Open Ruberik opened 10 months ago
API Proposal
CreateEvent
method to Accelerator
class, returning new AcceleratorEvent
class.RecordEvent
and WaitForEvent
methods to AcceleratorStream
class.@m4rs-mt what do you think?
Alternate API Proposal
API Proposal
AddEvent
method to AcceleratorStream
class, returning new AcceleratorEvent
class.WaitForEvent
method to AcceleratorStream
class.This removes the ability to re-record the event.
Alternate API Proposal 2
Instead of exposing a new object, introduce an WaitForStream
method between two streams.
Not sure how this will affect the lifetime of the native handles.
Both your API proposal and your first Alternate API Proposal seem reasonable. The first more closely mimics the underlying API, while the second strikes me as harder to screw up.
The "screw up" I'm thinking of is that when an event is created, I believe the only reasonable action to take with that event is to call RecordEvent() on it (that may, in fact, be the only action that doesn't produce an error). It thus makes some sense to combine creation with the call to RecordEvent(); but I'd be hesitant to make impossible something that's possible in the underlying API, even if most use cases are invalid.
Here's the "screw up" I'm imagining. Imagine a scenario with 8 streams, each of which has three tasks to complete, in order: A, B and C. No stream can start C until every stream's A is done.

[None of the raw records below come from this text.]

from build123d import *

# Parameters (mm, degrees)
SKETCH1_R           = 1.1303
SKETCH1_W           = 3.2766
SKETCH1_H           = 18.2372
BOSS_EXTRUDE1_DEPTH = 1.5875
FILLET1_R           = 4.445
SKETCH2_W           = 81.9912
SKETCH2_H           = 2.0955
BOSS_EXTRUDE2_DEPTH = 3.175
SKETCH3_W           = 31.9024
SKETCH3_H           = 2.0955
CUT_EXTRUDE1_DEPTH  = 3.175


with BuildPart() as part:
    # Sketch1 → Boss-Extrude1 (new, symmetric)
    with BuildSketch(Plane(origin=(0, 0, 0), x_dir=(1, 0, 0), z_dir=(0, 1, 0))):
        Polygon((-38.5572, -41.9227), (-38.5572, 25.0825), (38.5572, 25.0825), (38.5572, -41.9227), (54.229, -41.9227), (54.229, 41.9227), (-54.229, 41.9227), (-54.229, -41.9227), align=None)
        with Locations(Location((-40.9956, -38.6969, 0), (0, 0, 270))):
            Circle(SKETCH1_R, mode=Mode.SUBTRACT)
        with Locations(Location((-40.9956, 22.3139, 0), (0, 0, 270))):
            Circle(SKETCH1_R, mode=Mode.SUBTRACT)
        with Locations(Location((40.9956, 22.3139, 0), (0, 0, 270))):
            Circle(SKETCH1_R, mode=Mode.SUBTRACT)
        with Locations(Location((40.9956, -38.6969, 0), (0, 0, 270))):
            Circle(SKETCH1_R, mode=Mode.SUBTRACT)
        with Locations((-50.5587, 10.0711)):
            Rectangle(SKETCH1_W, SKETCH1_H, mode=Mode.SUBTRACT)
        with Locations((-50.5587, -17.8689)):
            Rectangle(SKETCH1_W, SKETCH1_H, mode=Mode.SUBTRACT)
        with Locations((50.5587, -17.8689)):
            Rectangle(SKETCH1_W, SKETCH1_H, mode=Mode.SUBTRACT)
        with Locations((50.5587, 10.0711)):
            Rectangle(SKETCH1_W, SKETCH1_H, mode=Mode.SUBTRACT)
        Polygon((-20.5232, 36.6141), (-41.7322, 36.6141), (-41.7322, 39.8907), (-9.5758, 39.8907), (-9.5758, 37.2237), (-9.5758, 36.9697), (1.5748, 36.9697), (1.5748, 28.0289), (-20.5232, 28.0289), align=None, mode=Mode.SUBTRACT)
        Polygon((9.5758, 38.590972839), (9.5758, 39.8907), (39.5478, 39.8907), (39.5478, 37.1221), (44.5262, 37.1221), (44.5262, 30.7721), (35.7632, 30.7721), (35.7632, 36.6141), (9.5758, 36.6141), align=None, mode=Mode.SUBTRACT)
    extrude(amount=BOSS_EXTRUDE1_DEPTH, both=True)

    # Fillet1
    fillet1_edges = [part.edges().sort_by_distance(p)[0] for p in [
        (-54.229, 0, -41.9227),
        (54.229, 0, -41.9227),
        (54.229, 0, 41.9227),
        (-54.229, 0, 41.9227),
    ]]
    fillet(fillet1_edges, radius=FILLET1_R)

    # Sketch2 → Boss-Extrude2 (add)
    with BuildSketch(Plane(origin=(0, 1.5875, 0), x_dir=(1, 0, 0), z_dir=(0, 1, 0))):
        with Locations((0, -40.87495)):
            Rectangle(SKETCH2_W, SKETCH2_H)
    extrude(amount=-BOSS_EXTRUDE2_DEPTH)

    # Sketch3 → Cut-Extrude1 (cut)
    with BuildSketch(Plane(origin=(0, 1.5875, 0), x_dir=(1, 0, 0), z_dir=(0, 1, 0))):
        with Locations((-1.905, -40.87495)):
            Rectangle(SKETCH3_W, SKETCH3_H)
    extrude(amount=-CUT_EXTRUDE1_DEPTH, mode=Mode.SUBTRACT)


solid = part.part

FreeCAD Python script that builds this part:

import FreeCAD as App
import Part
import Sketcher
Q = App.Units.Quantity


def edges_at(feature, points):
    """Names of the edges that pass closest to the given points."""
    edges = feature.Shape.Edges
    near = lambda p: min(range(len(edges)), key=lambda i: edges[i].distToShape(Part.Vertex(*p))[0])
    return sorted({f"Edge{near(p) + 1}" for p in points})

doc = App.newDocument("Part")
body = doc.addObject("PartDesign::Body", "Body")

sketch1 = body.newObject("Sketcher::SketchObject", "Sketch")
sketch1.AttachmentSupport = (doc.getObject("XZ_Plane"), [""])
sketch1.MapMode = "FlatFace"
sketch1.addGeometry([
    Part.LineSegment(App.Vector(-38.6, 41.9, 0), App.Vector(-38.6, -25.1, 0)),
    Part.LineSegment(App.Vector(-38.6, -25.1, 0), App.Vector(38.6, -25.1, 0)),
    Part.LineSegment(App.Vector(38.6, -25.1, 0), App.Vector(38.6, 41.9, 0)),
    Part.LineSegment(App.Vector(38.6, 41.9, 0), App.Vector(54.2, 41.9, 0)),
    Part.LineSegment(App.Vector(54.2, 41.9, 0), App.Vector(54.2, -41.9, 0)),
    Part.LineSegment(App.Vector(54.2, -41.9, 0), App.Vector(-54.2, -41.9, 0)),
    Part.LineSegment(App.Vector(-54.2, -41.9, 0), App.Vector(-54.2, 41.9, 0)),
    Part.LineSegment(App.Vector(-54.2, 41.9, 0), App.Vector(-38.6, 41.9, 0)),
    Part.Circle(App.Vector(-41, 38.7, 0), App.Vector(0, 0, 1), 1.1),
    Part.LineSegment(App.Vector(-48.9, 27, 0), App.Vector(-52.2, 27, 0)),
    Part.LineSegment(App.Vector(-52.2, 27, 0), App.Vector(-52.2, 8.8, 0)),
    Part.LineSegment(App.Vector(-52.2, 8.8, 0), App.Vector(-48.9, 8.8, 0)),
    Part.LineSegment(App.Vector(-48.9, 8.8, 0), App.Vector(-48.9, 27, 0)),
    Part.Circle(App.Vector(41, 38.7, 0), App.Vector(0, 0, 1), 1.1),
    Part.LineSegment(App.Vector(52.2, 27, 0), App.Vector(48.9, 27, 0)),
    Part.LineSegment(App.Vector(48.9, 27, 0), App.Vector(48.9, 8.8, 0)),
    Part.LineSegment(App.Vector(48.9, 8.8, 0), App.Vector(52.2, 8.8, 0)),
    Part.LineSegment(App.Vector(52.2, 8.8, 0), App.Vector(52.2, 27, 0)),
    Part.LineSegment(App.Vector(-48.9, -1, 0), App.Vector(-52.2, -1, 0)),
    Part.LineSegment(App.Vector(-52.2, -1, 0), App.Vector(-52.2, -19.2, 0)),
    Part.LineSegment(App.Vector(-52.2, -19.2, 0), App.Vector(-48.9, -19.2, 0)),
    Part.LineSegment(App.Vector(-48.9, -19.2, 0), App.Vector(-48.9, -1, 0)),
    Part.Circle(App.Vector(-41, -22.3, 0), App.Vector(0, 0, 1), 1.1),
    Part.LineSegment(App.Vector(-20.5, -28, 0), App.Vector(-20.5, -36.6, 0)),
    Part.LineSegment(App.Vector(-20.5, -36.6, 0), App.Vector(-41.7, -36.6, 0)),
    Part.LineSegment(App.Vector(-41.7, -36.6, 0), App.Vector(-41.7, -39.9, 0)),
    Part.LineSegment(App.Vector(-41.7, -39.9, 0), App.Vector(-9.6, -39.9, 0)),
    Part.LineSegment(App.Vector(-9.6, -39.9, 0), App.Vector(-9.6, -37, 0)),
    Part.LineSegment(App.Vector(-9.6, -37, 0), App.Vector(1.6, -37, 0)),
    Part.LineSegment(App.Vector(1.6, -37, 0), App.Vector(1.6, -28, 0)),
    Part.LineSegment(App.Vector(1.6, -28, 0), App.Vector(-20.5, -28, 0)),
    Part.LineSegment(App.Vector(52.2, -1, 0), App.Vector(48.9, -1, 0)),
    Part.LineSegment(App.Vector(48.9, -1, 0), App.Vector(48.9, -19.2, 0)),
    Part.LineSegment(App.Vector(48.9, -19.2, 0), App.Vector(52.2, -19.2, 0)),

It's natural to want to write code like this, but it fails:
var taskAFinishedEvents = Enumerable.Range(0, 8).Select(_ => acc.CreateEvent()).ToArray();
for (int i = 0; i < 8; i++) {
DoTaskA(streams[i]);
streams[i].RecordEvent(taskAFinishedEvents[i]);
DoTaskB(streams[i]);
for (int j = 0; j < 8; j++) {
if (j != i) stream[i].WaitForEvent(taskAFinishedEvents[j]);
}
DoTaskC(streams[i]);
}
The correct code would look like this for your first API proposal:
var taskAFinishedEvents = new AcceleratorEvent[8];
for (int i = 0; i < 8; i++) {
DoTaskA(streams[i]);
taskAFinishedEvents[i] = acc.CreateEvent();
streams[i].RecordEvent(taskAFinishedEvents[i]);
}
for (int i = 0; i < 8; i++) {
DoTaskB(streams[i]);
for (int j = 0; j < 8; j++) {
if (j != i) stream[i].WaitForEvent(taskAFinishedEvents[j]);
}
DoTaskC(streams[i]);
}
The second proposal (Alternate API proposal) would simply replace two lines with taskAFinishedEvents[i] = streams[i].AddEvent();
I don't think I understand the third proposal (Alternate API proposal 2) well enough to know how it would solve this problem.
Thanks for the feedback @Ruberik.
The first alternate proposal was to hide the concept of re-recording an event. Cuda supports it, but I'm not sure about OpenCL.
The second alternate proposal was to hide the concept of an AcceleratorEvent
, since the only reason to have it is to establish a dependency between two streams. This places the burden of managing the underlying native objects on ILGPU.
In your example, it would look more like:
for (int i = 0; i < 8; i++) {
DoTaskA(streams[i]);
for (int j = 0; j < 8; j++) {
if (j != i) stream[i].WaitForStream(stream[j]);
}
}
for (int i = 0; i < 8; i++) {
DoTaskB(streams[i]);
DoTaskC(streams[i]);
}
@MoFtZ, I think that does something different from my code. In my example, a stream finishes A, then works on B, and only then must wait until other streams are done with A. In your code here, nobody can start B until everybody's done A.
BTW, I think there's a problem with that code. Don't you need to enqueue all the As before you can have them wait on each other, like this?
for (int i = 0; i < 8; i++) {
DoTaskA(streams[i]);
}
for (int i = 0; i < 8; i++) {
for (int j = 0; j < 8; j++) {
if (j != i) stream[i].WaitForStream(stream[j]);
}
}
for (int i = 0; i < 8; i++) {
DoTaskB(streams[i]);
DoTaskC(streams[i]);
}
You need three loops here, because you have to have enqueued A, but not B or C, when you call WaitForStream.
Yes, you are correct. Perhaps that proposal is too simplified.
It would need to change the meaning from "wait for all Task A to finish before starting C" to "synchronise the start of all Task C".
As my teammates and I move to multiple, big GPUs with many streams doing interdependent work simultaneously, synchronizing at the GPU level is introducing significant amounts of inefficiency. We'd like to be able to use cudaStreamWaitEvent to make a stream wait on an event. There's already RecordEvent, CreateEvent, DestroyEvent and QueryEvent, so I'm hoping this is a straightforward addition.